_What is being asked_
Only a slice of the listing below is wanted. Retype the lines from the one containing "#83=FACE_BOUND('',#82,.T.);" through the one containing "#100=ORIENTED_EDGE('',*,*,#60,.F.);", exactly, both ends included.

_Given records_

----

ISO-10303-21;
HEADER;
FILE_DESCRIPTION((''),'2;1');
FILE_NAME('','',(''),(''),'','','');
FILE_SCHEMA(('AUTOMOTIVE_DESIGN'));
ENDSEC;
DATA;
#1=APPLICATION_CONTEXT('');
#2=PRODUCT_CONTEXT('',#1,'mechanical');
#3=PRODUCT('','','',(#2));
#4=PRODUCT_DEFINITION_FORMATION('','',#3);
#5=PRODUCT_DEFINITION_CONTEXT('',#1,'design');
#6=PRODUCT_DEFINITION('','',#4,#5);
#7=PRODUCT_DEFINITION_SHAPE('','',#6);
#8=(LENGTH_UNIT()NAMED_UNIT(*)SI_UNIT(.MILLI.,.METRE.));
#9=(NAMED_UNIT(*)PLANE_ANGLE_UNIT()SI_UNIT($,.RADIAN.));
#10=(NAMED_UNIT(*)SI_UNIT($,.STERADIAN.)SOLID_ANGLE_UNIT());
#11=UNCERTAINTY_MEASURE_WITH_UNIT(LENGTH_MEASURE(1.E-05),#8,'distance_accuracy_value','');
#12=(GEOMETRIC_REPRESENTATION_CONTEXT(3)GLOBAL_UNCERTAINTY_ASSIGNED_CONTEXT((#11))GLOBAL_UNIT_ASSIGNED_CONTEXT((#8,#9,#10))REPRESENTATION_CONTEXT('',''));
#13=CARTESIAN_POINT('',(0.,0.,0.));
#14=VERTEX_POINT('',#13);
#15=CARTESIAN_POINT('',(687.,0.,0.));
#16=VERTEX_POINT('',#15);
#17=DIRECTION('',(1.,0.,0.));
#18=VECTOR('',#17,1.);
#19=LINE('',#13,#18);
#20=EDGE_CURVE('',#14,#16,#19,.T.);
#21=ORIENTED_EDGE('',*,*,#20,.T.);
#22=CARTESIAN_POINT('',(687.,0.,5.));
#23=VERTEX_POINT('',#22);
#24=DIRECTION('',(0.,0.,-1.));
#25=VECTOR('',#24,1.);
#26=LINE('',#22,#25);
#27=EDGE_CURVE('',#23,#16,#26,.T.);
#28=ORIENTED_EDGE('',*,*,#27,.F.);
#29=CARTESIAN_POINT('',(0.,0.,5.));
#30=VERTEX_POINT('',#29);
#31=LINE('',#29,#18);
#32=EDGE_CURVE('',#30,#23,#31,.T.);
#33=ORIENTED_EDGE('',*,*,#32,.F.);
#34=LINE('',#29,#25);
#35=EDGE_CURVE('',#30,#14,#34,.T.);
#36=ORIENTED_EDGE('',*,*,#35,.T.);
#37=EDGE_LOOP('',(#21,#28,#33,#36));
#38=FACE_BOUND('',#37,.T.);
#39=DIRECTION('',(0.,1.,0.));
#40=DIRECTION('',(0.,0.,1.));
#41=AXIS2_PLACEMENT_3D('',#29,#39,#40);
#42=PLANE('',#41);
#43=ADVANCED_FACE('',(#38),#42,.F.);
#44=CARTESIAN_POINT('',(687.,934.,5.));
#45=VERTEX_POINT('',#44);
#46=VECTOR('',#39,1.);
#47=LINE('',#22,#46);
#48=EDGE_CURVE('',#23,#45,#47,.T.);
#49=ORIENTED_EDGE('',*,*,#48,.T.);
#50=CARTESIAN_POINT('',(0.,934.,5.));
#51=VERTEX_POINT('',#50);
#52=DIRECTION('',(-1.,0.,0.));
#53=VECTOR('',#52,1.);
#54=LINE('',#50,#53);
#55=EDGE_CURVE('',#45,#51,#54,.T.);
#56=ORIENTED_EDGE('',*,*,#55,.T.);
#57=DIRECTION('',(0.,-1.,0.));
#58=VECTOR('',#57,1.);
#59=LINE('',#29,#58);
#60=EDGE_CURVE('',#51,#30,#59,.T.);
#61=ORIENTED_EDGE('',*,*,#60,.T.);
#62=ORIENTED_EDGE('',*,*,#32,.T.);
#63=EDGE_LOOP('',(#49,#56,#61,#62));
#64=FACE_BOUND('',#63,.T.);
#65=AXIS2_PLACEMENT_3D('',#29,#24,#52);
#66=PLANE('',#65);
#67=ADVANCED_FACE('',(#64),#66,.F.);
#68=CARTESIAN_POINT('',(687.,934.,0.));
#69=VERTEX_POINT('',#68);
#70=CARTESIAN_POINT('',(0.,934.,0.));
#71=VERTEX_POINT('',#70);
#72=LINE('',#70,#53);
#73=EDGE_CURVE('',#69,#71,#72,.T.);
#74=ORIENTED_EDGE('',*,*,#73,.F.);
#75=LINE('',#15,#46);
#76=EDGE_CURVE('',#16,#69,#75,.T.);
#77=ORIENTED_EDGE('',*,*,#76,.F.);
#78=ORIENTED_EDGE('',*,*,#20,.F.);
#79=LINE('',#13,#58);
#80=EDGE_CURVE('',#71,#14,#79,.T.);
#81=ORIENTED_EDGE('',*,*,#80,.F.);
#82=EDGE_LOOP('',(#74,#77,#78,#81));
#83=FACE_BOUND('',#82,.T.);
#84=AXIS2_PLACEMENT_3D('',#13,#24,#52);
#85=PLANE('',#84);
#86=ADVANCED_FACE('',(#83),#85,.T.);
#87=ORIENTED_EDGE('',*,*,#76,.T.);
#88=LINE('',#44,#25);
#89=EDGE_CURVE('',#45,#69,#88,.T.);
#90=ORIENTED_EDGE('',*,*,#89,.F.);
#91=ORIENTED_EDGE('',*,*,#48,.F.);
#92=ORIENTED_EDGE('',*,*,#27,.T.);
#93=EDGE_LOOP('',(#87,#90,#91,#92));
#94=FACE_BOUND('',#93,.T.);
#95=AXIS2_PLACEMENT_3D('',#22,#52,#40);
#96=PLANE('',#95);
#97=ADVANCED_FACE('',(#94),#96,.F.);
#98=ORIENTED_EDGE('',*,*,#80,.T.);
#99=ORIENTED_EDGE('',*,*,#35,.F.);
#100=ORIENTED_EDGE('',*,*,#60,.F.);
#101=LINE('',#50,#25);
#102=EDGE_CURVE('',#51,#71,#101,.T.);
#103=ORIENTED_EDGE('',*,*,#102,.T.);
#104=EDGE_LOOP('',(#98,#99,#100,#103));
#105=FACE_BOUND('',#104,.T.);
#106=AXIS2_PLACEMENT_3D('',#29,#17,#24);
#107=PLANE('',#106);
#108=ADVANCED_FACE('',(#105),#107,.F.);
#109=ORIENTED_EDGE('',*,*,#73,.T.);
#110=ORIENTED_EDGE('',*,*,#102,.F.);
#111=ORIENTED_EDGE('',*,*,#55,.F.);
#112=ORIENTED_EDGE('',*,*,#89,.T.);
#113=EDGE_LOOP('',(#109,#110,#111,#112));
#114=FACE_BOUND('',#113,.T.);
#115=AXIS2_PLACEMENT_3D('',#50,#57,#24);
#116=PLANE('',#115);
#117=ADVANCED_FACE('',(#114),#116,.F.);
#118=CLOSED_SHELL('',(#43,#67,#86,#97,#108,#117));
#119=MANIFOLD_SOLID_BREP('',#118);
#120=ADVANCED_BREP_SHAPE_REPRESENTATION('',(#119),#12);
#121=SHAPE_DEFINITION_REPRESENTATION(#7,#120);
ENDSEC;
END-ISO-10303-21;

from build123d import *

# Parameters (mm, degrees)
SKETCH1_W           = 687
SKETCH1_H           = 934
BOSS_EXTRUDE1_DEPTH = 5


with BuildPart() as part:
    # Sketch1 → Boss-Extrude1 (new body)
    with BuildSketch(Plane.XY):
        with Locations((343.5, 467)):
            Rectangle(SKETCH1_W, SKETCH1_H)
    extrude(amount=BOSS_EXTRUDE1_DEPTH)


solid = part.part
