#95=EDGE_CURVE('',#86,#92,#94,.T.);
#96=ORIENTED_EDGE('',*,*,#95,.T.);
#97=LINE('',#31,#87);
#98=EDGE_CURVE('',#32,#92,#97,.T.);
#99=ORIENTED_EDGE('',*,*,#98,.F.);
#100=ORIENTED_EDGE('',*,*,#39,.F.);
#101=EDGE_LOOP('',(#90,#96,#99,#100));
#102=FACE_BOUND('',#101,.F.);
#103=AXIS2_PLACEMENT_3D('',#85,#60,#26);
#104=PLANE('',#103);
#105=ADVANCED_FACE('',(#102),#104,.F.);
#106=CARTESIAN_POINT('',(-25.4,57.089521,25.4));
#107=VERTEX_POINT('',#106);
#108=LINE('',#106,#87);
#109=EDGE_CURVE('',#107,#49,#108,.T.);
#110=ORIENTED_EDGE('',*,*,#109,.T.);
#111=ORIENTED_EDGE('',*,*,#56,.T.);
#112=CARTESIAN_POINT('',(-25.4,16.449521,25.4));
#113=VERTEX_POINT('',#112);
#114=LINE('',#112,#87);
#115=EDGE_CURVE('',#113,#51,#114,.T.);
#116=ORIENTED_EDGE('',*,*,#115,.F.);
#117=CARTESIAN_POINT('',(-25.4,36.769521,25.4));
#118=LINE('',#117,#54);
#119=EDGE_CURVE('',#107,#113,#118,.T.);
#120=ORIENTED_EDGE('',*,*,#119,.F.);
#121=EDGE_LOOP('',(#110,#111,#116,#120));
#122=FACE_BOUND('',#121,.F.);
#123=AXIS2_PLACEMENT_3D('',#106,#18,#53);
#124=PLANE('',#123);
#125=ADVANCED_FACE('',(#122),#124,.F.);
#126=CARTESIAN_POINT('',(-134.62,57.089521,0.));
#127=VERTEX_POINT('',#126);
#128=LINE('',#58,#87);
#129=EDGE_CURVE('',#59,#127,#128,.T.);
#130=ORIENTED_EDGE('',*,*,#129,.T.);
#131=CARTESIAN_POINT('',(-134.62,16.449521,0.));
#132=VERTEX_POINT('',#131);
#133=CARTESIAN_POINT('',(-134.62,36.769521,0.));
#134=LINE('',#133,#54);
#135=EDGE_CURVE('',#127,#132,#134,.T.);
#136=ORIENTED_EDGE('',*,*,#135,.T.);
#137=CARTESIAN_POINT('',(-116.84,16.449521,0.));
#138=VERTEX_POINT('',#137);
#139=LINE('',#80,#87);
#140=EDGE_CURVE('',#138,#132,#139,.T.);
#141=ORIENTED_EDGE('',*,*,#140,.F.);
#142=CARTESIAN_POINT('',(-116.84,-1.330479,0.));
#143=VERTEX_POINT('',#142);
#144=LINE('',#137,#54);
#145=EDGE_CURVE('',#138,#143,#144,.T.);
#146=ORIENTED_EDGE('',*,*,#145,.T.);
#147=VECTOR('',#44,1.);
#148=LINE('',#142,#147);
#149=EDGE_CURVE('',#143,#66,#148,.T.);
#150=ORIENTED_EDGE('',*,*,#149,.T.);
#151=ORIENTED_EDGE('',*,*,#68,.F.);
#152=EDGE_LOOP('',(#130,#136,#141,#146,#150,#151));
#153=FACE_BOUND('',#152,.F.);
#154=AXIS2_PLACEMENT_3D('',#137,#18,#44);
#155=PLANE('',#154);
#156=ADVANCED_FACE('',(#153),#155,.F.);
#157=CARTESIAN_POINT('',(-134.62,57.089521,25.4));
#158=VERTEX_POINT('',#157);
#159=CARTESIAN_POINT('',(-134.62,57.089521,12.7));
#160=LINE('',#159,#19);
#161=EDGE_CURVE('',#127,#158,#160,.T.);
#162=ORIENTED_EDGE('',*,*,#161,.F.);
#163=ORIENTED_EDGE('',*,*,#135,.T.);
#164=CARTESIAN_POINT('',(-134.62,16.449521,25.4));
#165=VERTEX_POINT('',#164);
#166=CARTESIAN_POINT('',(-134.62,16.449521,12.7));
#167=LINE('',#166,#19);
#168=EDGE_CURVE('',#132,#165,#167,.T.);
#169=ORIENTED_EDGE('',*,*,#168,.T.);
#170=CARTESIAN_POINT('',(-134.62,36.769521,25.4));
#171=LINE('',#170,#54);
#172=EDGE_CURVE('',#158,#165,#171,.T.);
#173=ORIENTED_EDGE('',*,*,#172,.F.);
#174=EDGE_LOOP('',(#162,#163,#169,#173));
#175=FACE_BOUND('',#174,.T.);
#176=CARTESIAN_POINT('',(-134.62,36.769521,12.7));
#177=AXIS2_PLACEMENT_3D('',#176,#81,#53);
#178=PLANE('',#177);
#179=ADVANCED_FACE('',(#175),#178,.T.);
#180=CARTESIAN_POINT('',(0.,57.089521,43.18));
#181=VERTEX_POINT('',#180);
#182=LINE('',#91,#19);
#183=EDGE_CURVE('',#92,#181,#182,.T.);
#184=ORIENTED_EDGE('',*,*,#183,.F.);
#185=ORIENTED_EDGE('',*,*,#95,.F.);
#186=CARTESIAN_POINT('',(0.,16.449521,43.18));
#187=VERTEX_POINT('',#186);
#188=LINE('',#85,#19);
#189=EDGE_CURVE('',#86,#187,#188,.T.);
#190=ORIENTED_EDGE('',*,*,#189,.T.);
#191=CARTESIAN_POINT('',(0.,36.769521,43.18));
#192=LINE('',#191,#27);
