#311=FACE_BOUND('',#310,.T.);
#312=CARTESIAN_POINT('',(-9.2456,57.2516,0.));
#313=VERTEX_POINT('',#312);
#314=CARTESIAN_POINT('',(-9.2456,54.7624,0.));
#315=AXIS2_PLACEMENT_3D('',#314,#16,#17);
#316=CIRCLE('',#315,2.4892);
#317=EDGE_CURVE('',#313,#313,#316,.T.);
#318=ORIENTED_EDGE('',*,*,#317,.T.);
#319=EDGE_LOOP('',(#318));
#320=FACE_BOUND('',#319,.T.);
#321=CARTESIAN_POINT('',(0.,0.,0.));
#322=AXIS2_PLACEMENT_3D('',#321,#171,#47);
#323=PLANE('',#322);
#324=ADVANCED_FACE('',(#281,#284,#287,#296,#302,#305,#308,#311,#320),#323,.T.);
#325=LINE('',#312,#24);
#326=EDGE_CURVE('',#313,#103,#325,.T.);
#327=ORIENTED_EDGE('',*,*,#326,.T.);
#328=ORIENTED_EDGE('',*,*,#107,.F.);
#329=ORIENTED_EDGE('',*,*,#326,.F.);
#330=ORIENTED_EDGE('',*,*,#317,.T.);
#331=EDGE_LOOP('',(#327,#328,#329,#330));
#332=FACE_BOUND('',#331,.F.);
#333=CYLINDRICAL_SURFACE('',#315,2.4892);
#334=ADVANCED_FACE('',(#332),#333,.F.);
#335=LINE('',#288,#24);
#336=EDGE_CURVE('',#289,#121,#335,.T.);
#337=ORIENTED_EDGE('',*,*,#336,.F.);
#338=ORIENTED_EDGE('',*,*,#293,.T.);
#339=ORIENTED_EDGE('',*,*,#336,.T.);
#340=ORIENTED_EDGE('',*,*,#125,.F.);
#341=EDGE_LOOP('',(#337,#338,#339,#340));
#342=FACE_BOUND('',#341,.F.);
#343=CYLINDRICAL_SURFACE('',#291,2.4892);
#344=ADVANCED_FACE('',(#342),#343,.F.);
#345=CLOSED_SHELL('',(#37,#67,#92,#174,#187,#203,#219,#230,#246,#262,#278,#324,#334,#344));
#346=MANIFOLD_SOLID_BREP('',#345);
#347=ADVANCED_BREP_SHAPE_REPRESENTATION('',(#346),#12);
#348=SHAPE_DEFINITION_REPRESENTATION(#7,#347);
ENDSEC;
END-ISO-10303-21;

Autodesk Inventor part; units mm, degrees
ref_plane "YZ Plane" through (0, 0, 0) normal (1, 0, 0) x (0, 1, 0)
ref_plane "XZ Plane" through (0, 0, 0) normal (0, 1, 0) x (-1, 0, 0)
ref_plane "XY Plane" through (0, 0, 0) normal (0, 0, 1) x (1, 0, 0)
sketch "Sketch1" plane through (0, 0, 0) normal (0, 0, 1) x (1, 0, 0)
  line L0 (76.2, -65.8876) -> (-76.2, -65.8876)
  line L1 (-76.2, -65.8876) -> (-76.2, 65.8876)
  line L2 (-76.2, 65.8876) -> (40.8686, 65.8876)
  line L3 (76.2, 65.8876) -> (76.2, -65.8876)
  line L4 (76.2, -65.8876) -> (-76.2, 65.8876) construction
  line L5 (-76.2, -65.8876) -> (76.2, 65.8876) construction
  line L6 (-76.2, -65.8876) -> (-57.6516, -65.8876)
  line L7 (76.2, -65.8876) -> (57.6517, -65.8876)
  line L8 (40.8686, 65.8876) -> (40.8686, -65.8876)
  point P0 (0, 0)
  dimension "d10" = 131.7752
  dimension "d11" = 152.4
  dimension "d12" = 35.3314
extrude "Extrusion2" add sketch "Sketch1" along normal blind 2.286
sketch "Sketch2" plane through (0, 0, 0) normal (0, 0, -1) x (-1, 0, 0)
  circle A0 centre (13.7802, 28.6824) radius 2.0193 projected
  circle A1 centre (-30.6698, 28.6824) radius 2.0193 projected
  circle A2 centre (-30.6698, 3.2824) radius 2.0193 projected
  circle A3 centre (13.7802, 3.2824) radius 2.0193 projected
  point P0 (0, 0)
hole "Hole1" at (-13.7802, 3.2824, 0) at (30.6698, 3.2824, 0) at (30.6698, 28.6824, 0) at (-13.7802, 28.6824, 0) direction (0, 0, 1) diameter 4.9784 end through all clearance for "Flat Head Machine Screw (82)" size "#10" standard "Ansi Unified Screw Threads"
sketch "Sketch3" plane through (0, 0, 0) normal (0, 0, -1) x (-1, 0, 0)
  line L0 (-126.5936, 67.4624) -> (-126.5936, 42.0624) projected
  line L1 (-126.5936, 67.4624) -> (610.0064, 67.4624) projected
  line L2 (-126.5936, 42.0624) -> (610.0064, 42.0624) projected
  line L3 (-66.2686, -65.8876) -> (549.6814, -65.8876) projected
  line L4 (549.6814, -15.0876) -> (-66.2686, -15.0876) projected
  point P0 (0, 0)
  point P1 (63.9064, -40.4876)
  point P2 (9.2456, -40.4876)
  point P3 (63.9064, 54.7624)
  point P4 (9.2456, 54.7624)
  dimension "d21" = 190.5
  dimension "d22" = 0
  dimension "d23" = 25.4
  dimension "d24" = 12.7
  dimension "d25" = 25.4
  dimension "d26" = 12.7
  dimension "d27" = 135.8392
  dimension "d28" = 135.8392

----

_Answer to this exercise_
#83=FACE_BOUND('',#82,.T.);
#84=AXIS2_PLACEMENT_3D('',#13,#24,#52);
#85=PLANE('',#84);
#86=ADVANCED_FACE('',(#83),#85,.T.);
#87=ORIENTED_EDGE('',*,*,#76,.T.);
#88=LINE('',#44,#25);
#89=EDGE_CURVE('',#45,#69,#88,.T.);
#90=ORIENTED_EDGE('',*,*,#89,.F.);
#91=ORIENTED_EDGE('',*,*,#48,.F.);
#92=ORIENTED_EDGE('',*,*,#27,.T.);
#93=EDGE_LOOP('',(#87,#90,#91,#92));
#94=FACE_BOUND('',#93,.T.);
#95=AXIS2_PLACEMENT_3D('',#22,#52,#40);
#96=PLANE('',#95);
#97=ADVANCED_FACE('',(#94),#96,.F.);
#98=ORIENTED_EDGE('',*,*,#80,.T.);
#99=ORIENTED_EDGE('',*,*,#35,.F.);
#100=ORIENTED_EDGE('',*,*,#60,.F.);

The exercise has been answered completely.